Program Feature Definitions
- Short travel to events or sites of interest abroad arranged by the program staff. Excursions are often in the country you are studying in (but occasionally are further afield) and can be directly related to coursework, or may simply be a general travel opportunity.
- Language of Instruction
- Language of Instruction indicates the language the coursework will be in. Often times a program will offer some courses in English and some in the local language. There are many non-English speaking countries in which you can take coursework in English.
- Living with a family in another country is one of the highlights of an international experience. It is an opportunity to experience the daily life of the host country from a firsthand perspective and to develop lifelong ties to the host family. It is also a good way to learn another language. One or two meals a day are generally taken with the family.

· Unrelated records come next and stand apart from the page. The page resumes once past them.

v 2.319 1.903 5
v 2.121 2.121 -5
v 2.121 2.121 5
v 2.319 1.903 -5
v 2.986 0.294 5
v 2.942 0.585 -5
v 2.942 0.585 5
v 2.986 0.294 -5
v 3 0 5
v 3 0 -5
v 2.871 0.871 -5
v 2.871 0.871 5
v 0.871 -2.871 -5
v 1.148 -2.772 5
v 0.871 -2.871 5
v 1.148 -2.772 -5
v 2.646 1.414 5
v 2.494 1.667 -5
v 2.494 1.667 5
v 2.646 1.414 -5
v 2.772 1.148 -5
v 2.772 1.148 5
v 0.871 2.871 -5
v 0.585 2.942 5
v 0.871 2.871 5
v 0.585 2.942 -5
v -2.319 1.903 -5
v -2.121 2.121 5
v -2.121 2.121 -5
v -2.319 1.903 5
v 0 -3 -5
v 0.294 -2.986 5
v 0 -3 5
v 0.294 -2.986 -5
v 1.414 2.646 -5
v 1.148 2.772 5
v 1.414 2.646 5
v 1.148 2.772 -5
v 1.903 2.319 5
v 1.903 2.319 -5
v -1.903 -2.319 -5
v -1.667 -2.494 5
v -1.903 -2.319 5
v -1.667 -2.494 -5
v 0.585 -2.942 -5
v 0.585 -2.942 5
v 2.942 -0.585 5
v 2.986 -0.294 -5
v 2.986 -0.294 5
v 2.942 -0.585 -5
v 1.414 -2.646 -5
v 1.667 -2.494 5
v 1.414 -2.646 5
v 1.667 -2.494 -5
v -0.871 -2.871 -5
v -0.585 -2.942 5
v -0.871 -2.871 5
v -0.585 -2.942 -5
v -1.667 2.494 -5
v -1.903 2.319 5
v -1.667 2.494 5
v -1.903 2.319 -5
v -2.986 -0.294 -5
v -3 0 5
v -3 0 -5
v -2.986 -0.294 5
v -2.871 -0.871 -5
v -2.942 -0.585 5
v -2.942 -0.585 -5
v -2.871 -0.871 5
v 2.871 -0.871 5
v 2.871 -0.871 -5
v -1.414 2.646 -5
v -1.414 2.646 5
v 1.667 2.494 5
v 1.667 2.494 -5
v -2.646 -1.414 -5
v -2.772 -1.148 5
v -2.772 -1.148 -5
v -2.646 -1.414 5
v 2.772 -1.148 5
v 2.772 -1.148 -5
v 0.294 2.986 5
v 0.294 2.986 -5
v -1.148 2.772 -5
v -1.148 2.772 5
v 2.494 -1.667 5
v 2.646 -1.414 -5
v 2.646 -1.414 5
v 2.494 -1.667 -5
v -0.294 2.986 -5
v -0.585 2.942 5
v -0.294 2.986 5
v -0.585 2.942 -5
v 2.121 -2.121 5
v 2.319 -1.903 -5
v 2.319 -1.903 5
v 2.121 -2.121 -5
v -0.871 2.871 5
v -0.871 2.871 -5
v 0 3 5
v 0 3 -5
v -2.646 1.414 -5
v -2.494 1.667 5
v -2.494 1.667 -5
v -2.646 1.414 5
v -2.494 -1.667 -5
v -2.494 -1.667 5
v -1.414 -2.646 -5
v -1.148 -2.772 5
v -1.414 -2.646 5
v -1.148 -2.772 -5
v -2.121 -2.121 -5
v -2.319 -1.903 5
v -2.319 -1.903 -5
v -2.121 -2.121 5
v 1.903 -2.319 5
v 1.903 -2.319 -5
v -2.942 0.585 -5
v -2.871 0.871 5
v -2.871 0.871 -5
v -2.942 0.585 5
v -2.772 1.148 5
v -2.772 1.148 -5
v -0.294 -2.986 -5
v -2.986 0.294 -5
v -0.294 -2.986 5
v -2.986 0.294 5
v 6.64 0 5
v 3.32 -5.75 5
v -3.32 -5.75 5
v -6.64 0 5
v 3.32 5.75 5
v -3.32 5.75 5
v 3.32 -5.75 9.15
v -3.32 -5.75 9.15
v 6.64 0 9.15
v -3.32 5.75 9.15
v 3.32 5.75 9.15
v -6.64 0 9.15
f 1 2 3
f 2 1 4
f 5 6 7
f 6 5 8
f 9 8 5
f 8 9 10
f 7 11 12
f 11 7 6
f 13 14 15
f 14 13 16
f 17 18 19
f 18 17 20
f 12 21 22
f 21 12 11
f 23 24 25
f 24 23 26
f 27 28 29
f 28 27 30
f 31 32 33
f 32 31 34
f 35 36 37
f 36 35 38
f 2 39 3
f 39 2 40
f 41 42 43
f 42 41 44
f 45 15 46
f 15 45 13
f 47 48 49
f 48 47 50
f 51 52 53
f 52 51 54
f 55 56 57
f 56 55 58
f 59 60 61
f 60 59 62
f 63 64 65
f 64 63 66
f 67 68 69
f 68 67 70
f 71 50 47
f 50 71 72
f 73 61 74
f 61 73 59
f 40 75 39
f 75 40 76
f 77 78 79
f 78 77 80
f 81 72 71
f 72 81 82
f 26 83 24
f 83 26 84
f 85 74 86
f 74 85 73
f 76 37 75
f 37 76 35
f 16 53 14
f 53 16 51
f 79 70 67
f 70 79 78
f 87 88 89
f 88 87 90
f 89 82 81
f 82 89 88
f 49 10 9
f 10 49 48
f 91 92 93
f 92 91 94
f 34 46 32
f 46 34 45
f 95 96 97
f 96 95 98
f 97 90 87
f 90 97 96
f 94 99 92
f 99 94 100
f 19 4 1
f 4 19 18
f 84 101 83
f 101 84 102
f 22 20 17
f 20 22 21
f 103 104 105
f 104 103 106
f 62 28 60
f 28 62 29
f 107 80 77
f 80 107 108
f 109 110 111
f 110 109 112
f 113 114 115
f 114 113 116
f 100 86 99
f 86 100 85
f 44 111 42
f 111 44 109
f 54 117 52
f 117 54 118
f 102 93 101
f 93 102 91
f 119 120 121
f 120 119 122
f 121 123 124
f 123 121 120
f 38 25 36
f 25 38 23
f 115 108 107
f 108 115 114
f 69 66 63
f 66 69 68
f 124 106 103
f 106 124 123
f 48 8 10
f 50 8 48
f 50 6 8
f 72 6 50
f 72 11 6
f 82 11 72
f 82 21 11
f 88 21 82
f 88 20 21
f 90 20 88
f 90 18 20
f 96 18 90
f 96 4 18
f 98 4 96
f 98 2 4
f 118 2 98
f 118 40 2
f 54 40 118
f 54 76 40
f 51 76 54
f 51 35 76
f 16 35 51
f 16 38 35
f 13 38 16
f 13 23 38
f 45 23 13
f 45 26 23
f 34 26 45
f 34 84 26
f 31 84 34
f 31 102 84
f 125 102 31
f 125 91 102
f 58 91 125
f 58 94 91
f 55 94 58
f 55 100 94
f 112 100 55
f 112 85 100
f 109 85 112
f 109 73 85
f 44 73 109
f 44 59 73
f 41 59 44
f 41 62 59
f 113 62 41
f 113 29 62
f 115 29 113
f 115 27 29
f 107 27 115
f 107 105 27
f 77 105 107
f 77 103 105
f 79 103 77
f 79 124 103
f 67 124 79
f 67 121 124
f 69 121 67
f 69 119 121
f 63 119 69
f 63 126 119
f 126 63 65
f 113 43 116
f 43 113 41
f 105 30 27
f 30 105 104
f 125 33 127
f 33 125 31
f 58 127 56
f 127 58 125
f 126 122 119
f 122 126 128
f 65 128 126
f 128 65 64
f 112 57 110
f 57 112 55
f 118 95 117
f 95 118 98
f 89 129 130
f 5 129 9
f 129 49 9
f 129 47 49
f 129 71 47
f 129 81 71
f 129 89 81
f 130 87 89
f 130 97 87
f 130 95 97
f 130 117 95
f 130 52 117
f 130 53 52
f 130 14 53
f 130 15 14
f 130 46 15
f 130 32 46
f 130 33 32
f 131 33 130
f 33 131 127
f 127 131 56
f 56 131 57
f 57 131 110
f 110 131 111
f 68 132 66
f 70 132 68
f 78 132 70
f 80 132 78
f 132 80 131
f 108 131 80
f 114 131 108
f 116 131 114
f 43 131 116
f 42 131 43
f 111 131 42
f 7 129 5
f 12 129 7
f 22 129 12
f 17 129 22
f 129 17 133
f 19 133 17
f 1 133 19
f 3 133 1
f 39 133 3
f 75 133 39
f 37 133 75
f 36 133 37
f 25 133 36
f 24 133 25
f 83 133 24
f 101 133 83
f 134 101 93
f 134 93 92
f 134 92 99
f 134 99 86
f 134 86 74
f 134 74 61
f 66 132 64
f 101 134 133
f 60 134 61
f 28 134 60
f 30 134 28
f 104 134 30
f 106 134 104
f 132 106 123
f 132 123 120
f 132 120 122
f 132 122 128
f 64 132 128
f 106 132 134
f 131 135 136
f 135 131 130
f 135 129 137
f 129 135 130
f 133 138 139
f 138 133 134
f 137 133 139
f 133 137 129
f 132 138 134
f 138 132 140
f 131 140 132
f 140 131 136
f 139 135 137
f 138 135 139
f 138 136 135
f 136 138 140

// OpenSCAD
$fn=64;

d_shank = 6.0;
len_shank = 10.0;

d_head = 11.5;
h_head = 4.15;

module hex_prism(flat_d, h){
    r = flat_d / sqrt(3);
    cylinder(h=h, r=r, $fn=6);
}

module screw(){
    union(){
        translate([0,0,-len_shank/2])
            cylinder(h=len_shank, d=d_shank, $fn=64);
        translate([0,0,len_shank/2])
            hex_prism(d_head, h_head);
    }
}

screw();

- Living in an apartment allows more independence for students. The key to a successful stay in an apartment is to be mindful and respectful of the landlord’s guidelines and expectations. Students cook for themselves using the kitchen facilities provided.
- Dorms tend to be on or near campus and have facilities nearby such as cafeterias and laundry. Dorm living also allows students to meet host country and other international students. Some dorms have shared kitchen facilities and others offer a meal plan or require students to purchase food locally.